Blu-ray Review: Douglas Sirk’s Written on the Wind on the Criterion Collection

If the film is undoubtedly Sirk’s giddiest trash entertainment, it’s also the shallowest example of his less-heralded humanist acuity.

Written on the WindCamp just blossoms bigger in Texas. At least, that’s how it feels throughout Douglas Sirk’s Written on the Wind, even taken in the context of his other supersized ’50s sudsers like All That Heaven Allows, Imitation of Life, and Magnificent Obsession. Unlike those other three films, all spectacular hits in their era that can now be appreciated by squares and hipsters alike, Written on the Wind wears its crassness as a badge of honor, revels in the bad behavior of its purported antagonists rather than tut-tutting their venal excesses, and comes as close as any of Sirk’s major works to flipping the script on which characters most deserve the audience’s sympathies.
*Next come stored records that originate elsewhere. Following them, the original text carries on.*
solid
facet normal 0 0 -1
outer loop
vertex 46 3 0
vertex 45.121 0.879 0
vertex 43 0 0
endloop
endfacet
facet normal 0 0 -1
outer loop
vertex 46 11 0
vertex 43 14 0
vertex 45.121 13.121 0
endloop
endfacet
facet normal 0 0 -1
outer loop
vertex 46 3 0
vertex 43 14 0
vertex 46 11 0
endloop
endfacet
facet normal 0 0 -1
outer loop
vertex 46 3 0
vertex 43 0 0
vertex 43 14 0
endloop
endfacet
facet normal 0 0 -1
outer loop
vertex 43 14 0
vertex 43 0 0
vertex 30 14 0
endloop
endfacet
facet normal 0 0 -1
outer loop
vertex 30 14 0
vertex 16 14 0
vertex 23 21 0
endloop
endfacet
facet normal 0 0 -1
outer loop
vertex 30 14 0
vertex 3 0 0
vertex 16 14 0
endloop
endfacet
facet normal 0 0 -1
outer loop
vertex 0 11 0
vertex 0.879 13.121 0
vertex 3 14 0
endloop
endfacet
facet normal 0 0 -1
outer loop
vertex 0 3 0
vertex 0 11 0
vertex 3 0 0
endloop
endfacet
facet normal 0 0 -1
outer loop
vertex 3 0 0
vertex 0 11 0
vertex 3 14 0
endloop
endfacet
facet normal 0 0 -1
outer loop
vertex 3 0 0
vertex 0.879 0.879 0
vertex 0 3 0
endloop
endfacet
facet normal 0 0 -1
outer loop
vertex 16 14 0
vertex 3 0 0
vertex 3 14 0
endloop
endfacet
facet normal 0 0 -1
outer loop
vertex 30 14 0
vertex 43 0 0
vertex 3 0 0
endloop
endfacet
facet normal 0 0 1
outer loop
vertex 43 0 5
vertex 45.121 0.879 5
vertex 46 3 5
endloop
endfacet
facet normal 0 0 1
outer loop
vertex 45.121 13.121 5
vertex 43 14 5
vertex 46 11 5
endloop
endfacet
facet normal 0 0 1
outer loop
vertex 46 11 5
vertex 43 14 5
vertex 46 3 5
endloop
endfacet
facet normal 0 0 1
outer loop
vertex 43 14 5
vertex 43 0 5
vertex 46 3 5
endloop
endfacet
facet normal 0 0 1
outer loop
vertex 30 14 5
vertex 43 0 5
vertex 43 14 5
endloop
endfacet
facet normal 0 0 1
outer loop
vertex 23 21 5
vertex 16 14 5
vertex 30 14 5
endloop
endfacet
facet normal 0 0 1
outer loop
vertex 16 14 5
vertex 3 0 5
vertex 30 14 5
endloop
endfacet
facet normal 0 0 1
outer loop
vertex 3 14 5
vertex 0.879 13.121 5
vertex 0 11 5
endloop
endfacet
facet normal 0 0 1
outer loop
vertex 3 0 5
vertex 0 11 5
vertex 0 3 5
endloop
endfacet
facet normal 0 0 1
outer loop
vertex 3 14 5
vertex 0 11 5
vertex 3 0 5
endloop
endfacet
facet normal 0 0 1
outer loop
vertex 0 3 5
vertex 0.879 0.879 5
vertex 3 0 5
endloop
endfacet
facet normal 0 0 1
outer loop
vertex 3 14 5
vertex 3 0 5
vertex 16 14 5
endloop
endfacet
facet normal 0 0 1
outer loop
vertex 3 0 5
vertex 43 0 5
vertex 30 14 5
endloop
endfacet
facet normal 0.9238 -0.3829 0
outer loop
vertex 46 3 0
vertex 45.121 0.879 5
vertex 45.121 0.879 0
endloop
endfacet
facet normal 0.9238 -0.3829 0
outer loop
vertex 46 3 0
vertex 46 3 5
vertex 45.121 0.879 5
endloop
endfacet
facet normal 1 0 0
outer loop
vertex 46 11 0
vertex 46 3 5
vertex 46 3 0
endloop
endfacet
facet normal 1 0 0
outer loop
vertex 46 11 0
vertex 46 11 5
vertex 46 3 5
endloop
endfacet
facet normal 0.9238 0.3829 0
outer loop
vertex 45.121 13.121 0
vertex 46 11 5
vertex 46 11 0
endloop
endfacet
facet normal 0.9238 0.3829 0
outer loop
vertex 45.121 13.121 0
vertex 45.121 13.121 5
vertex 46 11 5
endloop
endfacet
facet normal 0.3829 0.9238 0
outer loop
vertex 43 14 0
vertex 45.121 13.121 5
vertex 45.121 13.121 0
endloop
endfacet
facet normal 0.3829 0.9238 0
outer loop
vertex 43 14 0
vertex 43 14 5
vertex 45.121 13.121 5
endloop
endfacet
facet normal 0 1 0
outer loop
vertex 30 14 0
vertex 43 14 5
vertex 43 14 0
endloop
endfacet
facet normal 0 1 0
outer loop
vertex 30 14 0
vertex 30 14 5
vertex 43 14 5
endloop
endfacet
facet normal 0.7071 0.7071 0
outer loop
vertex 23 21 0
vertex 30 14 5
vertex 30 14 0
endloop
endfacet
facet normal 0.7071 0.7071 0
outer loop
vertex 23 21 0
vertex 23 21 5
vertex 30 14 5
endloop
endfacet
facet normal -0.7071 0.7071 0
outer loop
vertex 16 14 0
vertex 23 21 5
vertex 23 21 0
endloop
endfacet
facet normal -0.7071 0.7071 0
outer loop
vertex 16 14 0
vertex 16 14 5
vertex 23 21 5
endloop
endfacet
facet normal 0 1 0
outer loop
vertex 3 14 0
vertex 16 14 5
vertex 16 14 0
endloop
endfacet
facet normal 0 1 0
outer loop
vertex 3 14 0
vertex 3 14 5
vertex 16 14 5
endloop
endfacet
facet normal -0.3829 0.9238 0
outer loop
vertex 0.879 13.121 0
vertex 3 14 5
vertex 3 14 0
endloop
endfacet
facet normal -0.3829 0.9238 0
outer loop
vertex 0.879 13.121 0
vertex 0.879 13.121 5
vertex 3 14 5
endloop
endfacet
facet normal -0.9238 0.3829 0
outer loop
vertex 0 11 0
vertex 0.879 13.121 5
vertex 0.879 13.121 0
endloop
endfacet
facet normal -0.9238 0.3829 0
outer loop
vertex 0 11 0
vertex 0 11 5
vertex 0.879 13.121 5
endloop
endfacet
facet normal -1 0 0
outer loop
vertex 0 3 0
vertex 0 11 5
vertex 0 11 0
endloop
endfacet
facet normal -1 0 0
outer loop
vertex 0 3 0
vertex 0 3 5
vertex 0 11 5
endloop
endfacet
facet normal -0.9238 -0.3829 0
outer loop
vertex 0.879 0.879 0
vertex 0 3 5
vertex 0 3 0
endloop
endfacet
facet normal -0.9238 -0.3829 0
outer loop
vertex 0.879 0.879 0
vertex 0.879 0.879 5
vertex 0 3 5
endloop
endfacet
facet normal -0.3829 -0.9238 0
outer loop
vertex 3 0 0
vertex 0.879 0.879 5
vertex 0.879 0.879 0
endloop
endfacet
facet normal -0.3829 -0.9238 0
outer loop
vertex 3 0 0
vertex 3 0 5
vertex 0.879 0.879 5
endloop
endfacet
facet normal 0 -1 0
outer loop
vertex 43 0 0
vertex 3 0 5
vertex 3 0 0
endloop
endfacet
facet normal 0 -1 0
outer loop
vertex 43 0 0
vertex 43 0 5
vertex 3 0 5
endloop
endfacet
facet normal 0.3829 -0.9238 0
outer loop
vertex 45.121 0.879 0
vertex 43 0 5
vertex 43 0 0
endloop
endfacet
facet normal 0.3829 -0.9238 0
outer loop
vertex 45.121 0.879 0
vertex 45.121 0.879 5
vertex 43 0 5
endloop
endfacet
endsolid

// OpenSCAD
$fn = 32;

// ----------------------------------------------------------------------
// Ratchet pawl: 46 x 14 mm body, beak 7 mm сверху
// ----------------------------------------------------------------------

// --- parameters (mm) ---
profile_height = 5;       // extrusion height
profile_points = 15;      // points of the closed outline

profile = [[0, 3], [0.879, 0.879], [3, 0], [43, 0], [45.121, 0.879], [46, 3], [46, 11], [45.121, 13.121], [43, 14], [30, 14], [23, 21], [16, 14], [3, 14], [0.879, 13.121], [0, 11]];  // single closed polygon, 15 points, counter clockwise

// --- the one profile operation ---
linear_extrude(height = profile_height) polygon(points = profile);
That last point is a wavelength that Rainer Werner Fassbinder, in one of the finest pieces of film criticism that Sirk ever received or a filmmaker ever penned, picked up on and advanced in his own ever more perverse string of classic variations on the melodramatic form. In his analysis, Fassbinder writes: “In Written on the Wind the good, the ‘normal’, the ‘beautiful’ are always utterly revolting; the evil, the weak, the dissolute arouse one’s compassion. Even for the manipulators of the good.”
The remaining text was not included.